Much like radiocarbon dating that analyzes the rate of decay of an element over time, the analysis relies on detecting strontium-87, the product of the radioactive element rubidium-87 as it decays.
Old rock formations including granite are found to have more strontium than younger rocks like basalt. And when animals eat grass from around these rocks, the strontium becomes part of their tissues.
Lesotho is at the heart of the Karoo Supergroup, a geologic formation with volcanic basalt at the center and older rings of rock stretching as far out as 202 to 621 miles away.
The researchers established a range of strontium isotopes by piecing together how much was available in a given area based on strontium content in soil and vegetation samples. They also used museum specimens, like rodent tooth enamel.

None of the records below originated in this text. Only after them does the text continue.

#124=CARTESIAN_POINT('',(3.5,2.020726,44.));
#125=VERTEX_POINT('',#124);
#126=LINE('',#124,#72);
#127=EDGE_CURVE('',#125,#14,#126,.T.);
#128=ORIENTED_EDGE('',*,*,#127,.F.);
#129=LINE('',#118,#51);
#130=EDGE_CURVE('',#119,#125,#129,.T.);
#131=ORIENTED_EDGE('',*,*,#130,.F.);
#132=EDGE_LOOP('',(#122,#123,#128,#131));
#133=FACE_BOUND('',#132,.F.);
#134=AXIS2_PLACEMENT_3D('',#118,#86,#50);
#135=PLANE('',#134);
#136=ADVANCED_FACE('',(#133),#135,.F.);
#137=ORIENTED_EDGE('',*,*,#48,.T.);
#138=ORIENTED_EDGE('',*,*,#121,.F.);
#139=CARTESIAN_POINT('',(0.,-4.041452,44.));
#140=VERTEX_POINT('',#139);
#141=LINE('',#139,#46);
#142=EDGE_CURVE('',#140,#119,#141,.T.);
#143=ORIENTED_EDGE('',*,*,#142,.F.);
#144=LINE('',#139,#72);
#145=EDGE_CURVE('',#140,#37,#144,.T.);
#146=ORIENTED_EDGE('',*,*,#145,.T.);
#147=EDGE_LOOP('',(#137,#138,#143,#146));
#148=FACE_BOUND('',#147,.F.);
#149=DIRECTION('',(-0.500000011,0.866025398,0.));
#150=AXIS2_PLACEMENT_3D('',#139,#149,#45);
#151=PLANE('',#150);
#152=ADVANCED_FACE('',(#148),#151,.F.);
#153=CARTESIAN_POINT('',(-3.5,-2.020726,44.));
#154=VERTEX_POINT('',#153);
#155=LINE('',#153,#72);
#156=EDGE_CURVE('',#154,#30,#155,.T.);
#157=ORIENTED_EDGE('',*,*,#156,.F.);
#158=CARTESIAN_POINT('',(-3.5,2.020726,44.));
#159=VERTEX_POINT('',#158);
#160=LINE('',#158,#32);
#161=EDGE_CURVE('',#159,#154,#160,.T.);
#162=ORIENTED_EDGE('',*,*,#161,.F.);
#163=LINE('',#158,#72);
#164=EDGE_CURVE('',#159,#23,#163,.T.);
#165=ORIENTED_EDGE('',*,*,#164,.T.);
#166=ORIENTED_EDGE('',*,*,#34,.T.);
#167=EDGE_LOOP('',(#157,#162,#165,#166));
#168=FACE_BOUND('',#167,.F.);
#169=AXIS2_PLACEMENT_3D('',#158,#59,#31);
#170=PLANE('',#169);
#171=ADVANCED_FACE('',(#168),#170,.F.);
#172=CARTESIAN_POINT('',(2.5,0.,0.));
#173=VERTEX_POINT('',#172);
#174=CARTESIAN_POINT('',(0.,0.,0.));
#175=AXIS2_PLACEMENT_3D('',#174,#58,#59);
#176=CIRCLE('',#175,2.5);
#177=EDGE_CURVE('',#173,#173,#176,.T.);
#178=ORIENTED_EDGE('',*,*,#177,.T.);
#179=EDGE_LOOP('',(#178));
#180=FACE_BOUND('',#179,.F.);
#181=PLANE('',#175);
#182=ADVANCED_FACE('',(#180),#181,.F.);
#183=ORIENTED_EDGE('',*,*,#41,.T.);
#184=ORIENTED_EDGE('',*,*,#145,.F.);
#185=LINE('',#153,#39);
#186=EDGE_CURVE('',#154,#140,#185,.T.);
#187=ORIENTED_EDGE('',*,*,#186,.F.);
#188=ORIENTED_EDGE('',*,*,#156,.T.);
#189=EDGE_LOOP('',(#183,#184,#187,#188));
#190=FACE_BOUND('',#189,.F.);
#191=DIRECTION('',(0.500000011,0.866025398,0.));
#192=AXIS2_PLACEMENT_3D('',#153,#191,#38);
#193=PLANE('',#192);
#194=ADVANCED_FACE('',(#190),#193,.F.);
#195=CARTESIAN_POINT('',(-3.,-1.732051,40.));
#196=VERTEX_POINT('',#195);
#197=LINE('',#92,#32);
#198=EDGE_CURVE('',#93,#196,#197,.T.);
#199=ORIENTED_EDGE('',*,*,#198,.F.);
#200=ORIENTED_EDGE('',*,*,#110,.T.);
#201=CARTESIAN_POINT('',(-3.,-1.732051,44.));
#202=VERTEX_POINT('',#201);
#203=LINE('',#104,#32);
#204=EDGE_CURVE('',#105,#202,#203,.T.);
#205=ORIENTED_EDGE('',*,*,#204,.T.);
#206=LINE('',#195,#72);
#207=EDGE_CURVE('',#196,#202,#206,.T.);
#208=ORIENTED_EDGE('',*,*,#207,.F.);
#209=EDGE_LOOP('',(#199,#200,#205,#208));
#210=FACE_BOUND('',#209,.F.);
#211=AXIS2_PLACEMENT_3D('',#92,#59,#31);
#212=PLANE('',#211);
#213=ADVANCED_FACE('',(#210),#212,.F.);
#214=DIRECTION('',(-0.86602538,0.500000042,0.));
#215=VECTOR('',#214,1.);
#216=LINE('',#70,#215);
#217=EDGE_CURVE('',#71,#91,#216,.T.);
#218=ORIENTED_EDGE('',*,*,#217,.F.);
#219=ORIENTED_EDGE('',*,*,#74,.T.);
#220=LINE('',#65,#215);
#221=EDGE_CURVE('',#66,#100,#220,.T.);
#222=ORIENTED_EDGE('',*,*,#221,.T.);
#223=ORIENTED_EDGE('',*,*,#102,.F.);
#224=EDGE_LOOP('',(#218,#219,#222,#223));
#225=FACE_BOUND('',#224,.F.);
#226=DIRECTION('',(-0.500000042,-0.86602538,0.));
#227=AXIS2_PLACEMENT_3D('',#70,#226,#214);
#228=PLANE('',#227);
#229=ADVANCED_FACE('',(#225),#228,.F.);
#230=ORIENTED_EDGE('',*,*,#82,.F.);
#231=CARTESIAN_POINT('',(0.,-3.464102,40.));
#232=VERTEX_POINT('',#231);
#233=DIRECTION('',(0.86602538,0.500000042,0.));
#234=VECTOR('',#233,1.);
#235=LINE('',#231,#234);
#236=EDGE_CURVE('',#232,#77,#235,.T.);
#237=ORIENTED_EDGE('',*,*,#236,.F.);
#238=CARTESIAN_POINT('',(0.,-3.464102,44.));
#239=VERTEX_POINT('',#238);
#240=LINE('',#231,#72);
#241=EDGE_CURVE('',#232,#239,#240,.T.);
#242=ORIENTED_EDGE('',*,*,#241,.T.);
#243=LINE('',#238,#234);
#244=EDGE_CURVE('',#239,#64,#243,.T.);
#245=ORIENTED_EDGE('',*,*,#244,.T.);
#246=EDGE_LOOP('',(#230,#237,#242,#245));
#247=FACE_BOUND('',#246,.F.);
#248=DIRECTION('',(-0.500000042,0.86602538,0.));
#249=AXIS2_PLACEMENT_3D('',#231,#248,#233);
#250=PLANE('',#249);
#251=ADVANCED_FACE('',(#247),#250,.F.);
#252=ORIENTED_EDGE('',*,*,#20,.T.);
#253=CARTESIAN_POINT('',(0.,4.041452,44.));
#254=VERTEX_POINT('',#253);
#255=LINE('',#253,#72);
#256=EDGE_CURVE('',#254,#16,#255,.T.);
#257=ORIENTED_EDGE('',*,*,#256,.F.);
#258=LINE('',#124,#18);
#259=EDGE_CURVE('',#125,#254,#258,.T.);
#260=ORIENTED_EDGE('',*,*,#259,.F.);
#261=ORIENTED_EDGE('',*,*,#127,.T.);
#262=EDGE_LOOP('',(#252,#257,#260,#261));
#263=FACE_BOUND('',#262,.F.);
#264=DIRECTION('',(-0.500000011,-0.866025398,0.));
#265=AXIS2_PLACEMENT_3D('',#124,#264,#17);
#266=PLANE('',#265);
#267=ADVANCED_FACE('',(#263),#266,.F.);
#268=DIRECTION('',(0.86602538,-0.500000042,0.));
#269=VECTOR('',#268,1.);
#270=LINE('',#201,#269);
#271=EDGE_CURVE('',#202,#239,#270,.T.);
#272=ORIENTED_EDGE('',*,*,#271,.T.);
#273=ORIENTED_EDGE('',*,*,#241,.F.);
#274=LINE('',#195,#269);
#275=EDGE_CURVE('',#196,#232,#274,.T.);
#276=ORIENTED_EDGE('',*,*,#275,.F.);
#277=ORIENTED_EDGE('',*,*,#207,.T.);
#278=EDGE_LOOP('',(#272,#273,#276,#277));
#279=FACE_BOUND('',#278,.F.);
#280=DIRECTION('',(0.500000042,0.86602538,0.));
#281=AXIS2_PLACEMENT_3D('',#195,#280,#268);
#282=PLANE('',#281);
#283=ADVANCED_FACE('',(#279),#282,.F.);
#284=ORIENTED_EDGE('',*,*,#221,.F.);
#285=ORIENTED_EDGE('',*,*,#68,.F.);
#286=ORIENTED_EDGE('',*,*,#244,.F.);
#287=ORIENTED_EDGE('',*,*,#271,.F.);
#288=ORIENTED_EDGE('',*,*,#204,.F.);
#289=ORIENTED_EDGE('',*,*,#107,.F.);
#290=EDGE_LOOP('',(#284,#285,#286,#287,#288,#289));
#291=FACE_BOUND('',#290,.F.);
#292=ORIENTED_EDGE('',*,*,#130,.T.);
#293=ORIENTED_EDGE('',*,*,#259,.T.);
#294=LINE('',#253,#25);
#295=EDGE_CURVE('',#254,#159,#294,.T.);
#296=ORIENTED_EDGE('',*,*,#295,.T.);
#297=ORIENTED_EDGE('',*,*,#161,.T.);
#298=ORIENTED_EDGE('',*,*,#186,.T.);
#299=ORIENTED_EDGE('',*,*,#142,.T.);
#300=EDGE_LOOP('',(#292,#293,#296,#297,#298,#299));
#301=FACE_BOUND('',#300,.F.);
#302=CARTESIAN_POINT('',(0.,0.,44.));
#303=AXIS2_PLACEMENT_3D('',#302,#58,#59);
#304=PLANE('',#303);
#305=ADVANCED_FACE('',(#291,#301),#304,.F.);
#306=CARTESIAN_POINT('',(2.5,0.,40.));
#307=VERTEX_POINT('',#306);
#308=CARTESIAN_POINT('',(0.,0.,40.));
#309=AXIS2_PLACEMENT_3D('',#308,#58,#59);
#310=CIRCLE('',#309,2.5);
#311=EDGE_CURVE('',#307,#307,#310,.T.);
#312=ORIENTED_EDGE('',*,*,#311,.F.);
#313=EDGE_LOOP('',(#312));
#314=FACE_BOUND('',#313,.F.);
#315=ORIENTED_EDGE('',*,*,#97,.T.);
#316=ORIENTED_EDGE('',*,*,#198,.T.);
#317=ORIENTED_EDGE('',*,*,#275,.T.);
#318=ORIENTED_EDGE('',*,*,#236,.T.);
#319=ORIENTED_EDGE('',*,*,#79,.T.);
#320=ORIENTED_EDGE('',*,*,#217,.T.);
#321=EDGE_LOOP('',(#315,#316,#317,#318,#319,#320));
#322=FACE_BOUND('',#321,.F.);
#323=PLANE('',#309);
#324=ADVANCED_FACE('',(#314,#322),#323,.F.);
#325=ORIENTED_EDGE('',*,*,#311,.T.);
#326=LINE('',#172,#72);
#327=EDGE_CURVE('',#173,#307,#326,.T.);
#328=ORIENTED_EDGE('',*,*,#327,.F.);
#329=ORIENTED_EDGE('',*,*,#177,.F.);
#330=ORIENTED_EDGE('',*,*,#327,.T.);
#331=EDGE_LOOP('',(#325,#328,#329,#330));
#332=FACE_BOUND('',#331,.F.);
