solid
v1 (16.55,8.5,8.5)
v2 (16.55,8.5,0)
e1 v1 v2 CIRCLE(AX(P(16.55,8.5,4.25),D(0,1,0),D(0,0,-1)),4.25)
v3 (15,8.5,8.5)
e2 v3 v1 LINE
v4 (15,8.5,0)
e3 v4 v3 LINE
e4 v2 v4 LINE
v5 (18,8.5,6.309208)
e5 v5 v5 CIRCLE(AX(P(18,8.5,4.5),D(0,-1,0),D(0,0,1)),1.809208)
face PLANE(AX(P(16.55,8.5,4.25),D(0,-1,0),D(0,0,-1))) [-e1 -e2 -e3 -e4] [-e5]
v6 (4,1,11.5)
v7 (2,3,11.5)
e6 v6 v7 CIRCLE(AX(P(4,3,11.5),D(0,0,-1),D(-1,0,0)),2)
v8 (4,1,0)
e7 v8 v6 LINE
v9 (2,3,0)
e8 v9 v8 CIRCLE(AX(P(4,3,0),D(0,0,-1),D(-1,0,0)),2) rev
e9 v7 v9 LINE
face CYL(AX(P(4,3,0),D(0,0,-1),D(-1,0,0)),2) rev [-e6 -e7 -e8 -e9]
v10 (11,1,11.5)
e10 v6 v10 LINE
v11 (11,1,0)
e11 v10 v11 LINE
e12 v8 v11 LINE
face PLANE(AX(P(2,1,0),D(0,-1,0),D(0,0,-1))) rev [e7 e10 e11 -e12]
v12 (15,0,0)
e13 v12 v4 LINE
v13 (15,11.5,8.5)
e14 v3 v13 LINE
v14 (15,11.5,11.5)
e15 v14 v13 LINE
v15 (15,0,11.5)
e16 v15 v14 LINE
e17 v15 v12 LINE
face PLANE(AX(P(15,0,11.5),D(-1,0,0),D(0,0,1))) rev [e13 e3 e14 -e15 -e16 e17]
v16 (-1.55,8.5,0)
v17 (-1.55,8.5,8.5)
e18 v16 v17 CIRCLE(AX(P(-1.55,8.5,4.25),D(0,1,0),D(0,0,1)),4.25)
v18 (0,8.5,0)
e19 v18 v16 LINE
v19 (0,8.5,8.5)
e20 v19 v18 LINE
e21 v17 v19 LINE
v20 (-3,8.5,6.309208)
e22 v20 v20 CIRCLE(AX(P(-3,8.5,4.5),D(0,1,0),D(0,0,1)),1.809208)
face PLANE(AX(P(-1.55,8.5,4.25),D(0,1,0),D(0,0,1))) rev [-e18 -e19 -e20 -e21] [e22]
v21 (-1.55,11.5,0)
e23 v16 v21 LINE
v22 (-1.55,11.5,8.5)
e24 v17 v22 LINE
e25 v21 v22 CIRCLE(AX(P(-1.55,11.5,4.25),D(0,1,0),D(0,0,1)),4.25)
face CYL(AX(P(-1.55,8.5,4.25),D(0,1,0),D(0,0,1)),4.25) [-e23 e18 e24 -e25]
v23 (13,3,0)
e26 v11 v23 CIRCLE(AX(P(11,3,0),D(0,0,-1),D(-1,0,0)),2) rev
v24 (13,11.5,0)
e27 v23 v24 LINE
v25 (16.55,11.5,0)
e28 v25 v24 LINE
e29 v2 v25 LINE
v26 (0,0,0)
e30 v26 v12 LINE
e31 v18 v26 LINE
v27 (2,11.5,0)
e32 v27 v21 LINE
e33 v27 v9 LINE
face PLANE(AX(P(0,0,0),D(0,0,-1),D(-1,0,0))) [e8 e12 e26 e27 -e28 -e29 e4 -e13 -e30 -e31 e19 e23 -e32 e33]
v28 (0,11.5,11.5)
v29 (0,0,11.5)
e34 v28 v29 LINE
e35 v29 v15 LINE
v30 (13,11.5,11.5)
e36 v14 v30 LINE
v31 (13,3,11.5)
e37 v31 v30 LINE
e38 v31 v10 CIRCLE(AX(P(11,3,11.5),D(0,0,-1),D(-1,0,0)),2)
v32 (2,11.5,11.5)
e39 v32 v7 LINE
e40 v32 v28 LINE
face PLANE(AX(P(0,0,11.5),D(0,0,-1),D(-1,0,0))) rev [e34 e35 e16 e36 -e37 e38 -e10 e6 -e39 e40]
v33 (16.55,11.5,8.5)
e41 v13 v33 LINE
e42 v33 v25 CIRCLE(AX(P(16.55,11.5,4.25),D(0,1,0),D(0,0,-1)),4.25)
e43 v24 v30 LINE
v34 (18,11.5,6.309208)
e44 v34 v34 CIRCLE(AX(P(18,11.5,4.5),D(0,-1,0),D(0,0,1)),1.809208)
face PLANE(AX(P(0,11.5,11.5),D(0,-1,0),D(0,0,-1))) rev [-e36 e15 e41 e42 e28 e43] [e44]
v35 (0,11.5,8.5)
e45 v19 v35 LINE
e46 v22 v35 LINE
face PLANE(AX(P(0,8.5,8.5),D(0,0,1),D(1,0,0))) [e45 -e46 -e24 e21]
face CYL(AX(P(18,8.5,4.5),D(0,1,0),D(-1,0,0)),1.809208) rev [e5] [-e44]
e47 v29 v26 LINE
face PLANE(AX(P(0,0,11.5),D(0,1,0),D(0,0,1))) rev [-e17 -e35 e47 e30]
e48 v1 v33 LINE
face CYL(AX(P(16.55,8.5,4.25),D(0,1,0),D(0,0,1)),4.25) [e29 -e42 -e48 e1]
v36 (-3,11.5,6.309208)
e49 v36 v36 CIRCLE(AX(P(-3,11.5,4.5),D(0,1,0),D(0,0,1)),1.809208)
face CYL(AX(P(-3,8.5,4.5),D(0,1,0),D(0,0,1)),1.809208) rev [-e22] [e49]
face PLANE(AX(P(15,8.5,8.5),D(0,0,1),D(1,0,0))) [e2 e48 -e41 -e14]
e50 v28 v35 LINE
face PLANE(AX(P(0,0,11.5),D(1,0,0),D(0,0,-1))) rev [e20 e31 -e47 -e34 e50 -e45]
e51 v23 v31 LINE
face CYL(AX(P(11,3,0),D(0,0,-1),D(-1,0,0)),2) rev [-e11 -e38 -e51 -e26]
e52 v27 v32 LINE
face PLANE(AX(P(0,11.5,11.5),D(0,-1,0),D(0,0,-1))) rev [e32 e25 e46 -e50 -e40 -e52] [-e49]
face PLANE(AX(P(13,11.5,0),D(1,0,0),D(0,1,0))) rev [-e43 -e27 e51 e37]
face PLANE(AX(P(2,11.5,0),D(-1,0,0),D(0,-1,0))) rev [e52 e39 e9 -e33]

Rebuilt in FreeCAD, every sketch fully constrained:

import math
import FreeCAD as App
import Part
import Sketcher

V = App.Vector


def edges_at(feature, points):
    """Names of the edges that pass closest to the given points."""
    edges = feature.Shape.Edges
    near = lambda p: min(range(len(edges)), key=lambda i: edges[i].distToShape(Part.Vertex(*p))[0])
    return sorted({f"Edge{near(p) + 1}" for p in points})


def add_polygon(sketch, points):
    """Adds a closed chain of lines whose ends are joined by coincident constraints."""
    first, n = sketch.GeometryCount, len(points)
    for a, b in zip(points, points[1:] + points[:1]):
        sketch.addGeometry(Part.LineSegment(App.Vector(*a, 0), App.Vector(*b, 0)), False)
    for i in range(n):
        sketch.addConstraint(Sketcher.Constraint("Coincident", first + i, 2, first + (i + 1) % n, 1))

doc = App.newDocument("Part")
body = doc.addObject("PartDesign::Body", "Body")

# Sketch on XY plane
sketch1 = body.newObject("Sketcher::SketchObject", "Sketch")
sketch1.AttachmentSupport = (doc.getObject("XY_Plane"), [""])
sketch1.MapMode = "FlatFace"
add_polygon(sketch1, [(0, 11.5), (0, 0), (15, 0), (15, 11.5)])  # lines 0-3
sketch1.addConstraint([
    Sketcher.Constraint("Vertical", 0),
    Sketcher.Constraint("Horizontal", 1),
    Sketcher.Constraint("Vertical", 2),
    Sketcher.Constraint("Horizontal", 3),
    Sketcher.Constraint("Coincident", 0, 2, -1, 1),
    Sketcher.Constraint("DistanceX", 1, 1, 1, 2, 15.0),
    Sketcher.Constraint("DistanceY", 0, 2, 0, 1, 11.5),
])
pad1 = body.newObject("PartDesign::Pad", "Pad")
pad1.Profile = sketch1
pad1.Length = 11.5

# Sketch on XY plane
sketch2 = body.newObject("Sketcher::SketchObject", "Sketch001")
sketch2.AttachmentSupport = (doc.getObject("XY_Plane"), [""])
sketch2.MapMode = "FlatFace"
sketch2.AttachmentOffset = App.Placement(V(0, 0, 11.5), App.Rotation())
add_polygon(sketch2, [(2, 11.5), (2, 1), (13, 1), (13, 11.5)])  # lines 0-3
sketch2.addConstraint([
    Sketcher.Constraint("Vertical", 0),
    Sketcher.Constraint("Horizontal", 1),
    Sketcher.Constraint("Vertical", 2),
    Sketcher.Constraint("Horizontal", 3),
    Sketcher.Constraint("DistanceX", 1, 1, 1, 2, 11.0),
    Sketcher.Constraint("DistanceY", 0, 2, 0, 1, 10.5),
    Sketcher.Constraint("DistanceX", -1, 1, 0, 2, 2.0),
    Sketcher.Constraint("DistanceY", -1, 1, 0, 2, 1.0),
])
pocket1 = body.newObject("PartDesign::Pocket", "Pocket")
pocket1.Profile = sketch2
pocket1.Length = 11.5
doc.recompute()

fillet = body.newObject("PartDesign::Fillet", "Fillet")
fillet.Base = (pocket1, edges_at(pocket1, [(2, 1, 5.75), (13, 1, 5.75)]))
fillet.Radius = 2

# Sketch on XZ plane
sketch3 = body.newObject("Sketcher::SketchObject", "Sketch002")
sketch3.AttachmentSupport = (doc.getObject("XZ_Plane"), [""])
sketch3.MapMode = "FlatFace"
sketch3.AttachmentOffset = App.Placement(V(0, 0, -11.5), App.Rotation())
sketch3.addGeometry([
    Part.LineSegment(V(0, 0, 0), V(-1.55, 0, 0)),  # 0
    Part.ArcOfCircle(Part.Circle(V(-1.55, 4.25, 0), V(0, 0, 1), 4.25), math.radians(90), math.radians(270)),  # 1
    Part.LineSegment(V(-1.55, 8.5, 0), V(0, 8.5, 0)),  # 2
    Part.LineSegment(V(0, 8.5, 0), V(0, 0, 0)),  # 3
    Part.LineSegment(V(16.55, 0, 0), V(15, 0, 0)),  # 4
    Part.LineSegment(V(15, 0, 0), V(15, 8.5, 0)),  # 5
    Part.LineSegment(V(15, 8.5, 0), V(16.55, 8.5, 0)),  # 6
    Part.ArcOfCircle(Part.Circle(V(16.55, 4.25, 0), V(0, 0, 1), 4.25), math.radians(-90), math.radians(90)),  # 7
], False)
sketch3.addConstraint([
    Sketcher.Constraint("Tangent", 0, 2, 1, 2),
    Sketcher.Constraint("Tangent", 1, 1, 2, 1),
    Sketcher.Constraint("Coincident", 2, 2, 3, 1),
    Sketcher.Constraint("Coincident", 3, 2, 0, 1),
    Sketcher.Constraint("Coincident", 4, 2, 5, 1),
    Sketcher.Constraint("Coincident", 5, 2, 6, 1),
    Sketcher.Constraint("Tangent", 6, 2, 7, 2),
    Sketcher.Constraint("Tangent", 7, 1, 4, 1),
    Sketcher.Constraint("Horizontal", 0),
    Sketcher.Constraint("Horizontal", 2),
    Sketcher.Constraint("Vertical", 3),
    Sketcher.Constraint("Horizontal", 4),
    Sketcher.Constraint("Vertical", 5),
    Sketcher.Constraint("Horizontal", 6),
    Sketcher.Constraint("Coincident", 3, 2, -1, 1),
    Sketcher.Constraint("Equal", 1, 7),
    Sketcher.Constraint("PointOnObject", 4, 2, -1),
    Sketcher.Constraint("Equal", 2, 4),
    Sketcher.Constraint("Radius", 1, 4.25),
    Sketcher.Constraint("DistanceX", -1, 1, 4, 2, 15.0),
    Sketcher.Constraint("DistanceX", 0, 2, 0, 1, 1.55),
])
pad2 = body.newObject("PartDesign::Pad", "Pad001")
pad2.Profile = sketch3
pad2.Length = 3

# Sketch on XZ plane
sketch4 = body.newObject("Sketcher::SketchObject", "Sketch003")
sketch4.AttachmentSupport = (doc.getObject("XZ_Plane"), [""])
sketch4.MapMode = "FlatFace"
sketch4.AttachmentOffset = App.Placement(V(0, 0, -11.5), App.Rotation())
sketch4.addGeometry(Part.Circle(V(-3, 4.5, 0), V(0, 0, 1), 1.809208), False)
sketch4.addConstraint([
    Sketcher.Constraint("DistanceX", 0, 3, -1, 1, 3.0),
    Sketcher.Constraint("DistanceY", -1, 1, 0, 3, 4.5),
    Sketcher.Constraint("Diameter", 0, 3.618417),
])
pocket2 = body.newObject("PartDesign::Pocket", "Pocket001")
pocket2.Profile = sketch4
pocket2.Length = 3
pocket2.Reversed = True
doc.recompute()

datumplane = body.newObject("PartDesign::Plane", "DatumPlane")
datumplane.AttachmentSupport = (doc.getObject("YZ_Plane"), [""])
datumplane.MapMode = "FlatFace"
datumplane.AttachmentOffset = App.Placement(V(0, 0, 7.5), App.Rotation())
mirrored = body.newObject("PartDesign::Mirrored", "Mirrored")
mirrored.Originals = [pocket2]
mirrored.MirrorPlane = (datumplane, [""])
body.Tip = mirrored

doc.recompute()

Their analysis revealed that 80% of the beads could not have originated from the Lesotho highlands. The study published Monday in the journal Proceedings of the National Academy of Science.
"These ornaments were consistently coming from very long distances," said Brian Stewart, study author and University of Michigan paleolithic archaeologist."The oldest bead in our sample had the third highest strontium isotope value, so it is also one of the most exotic."
His analysis showed that they could not have come from closer than 202 miles away, and may have first been made by hunter-gatherers as far as 621 miles away.
(Excerpt) Read more at cnn.com ...
EggBook?
If I was you, I’d be concerned :)
You came up with the same yolk? I hope you don’t scramble the topic, because, as I love puns, probably omelet you do it.
lol
It’s amazing that so many years ago people lived their lives thinking that they and their culture would be around forever.
Each generation and each culture thinks that, at least a little.
And before you know it, you’re an archaeological dig.
Fascinating and depressing at the same time :)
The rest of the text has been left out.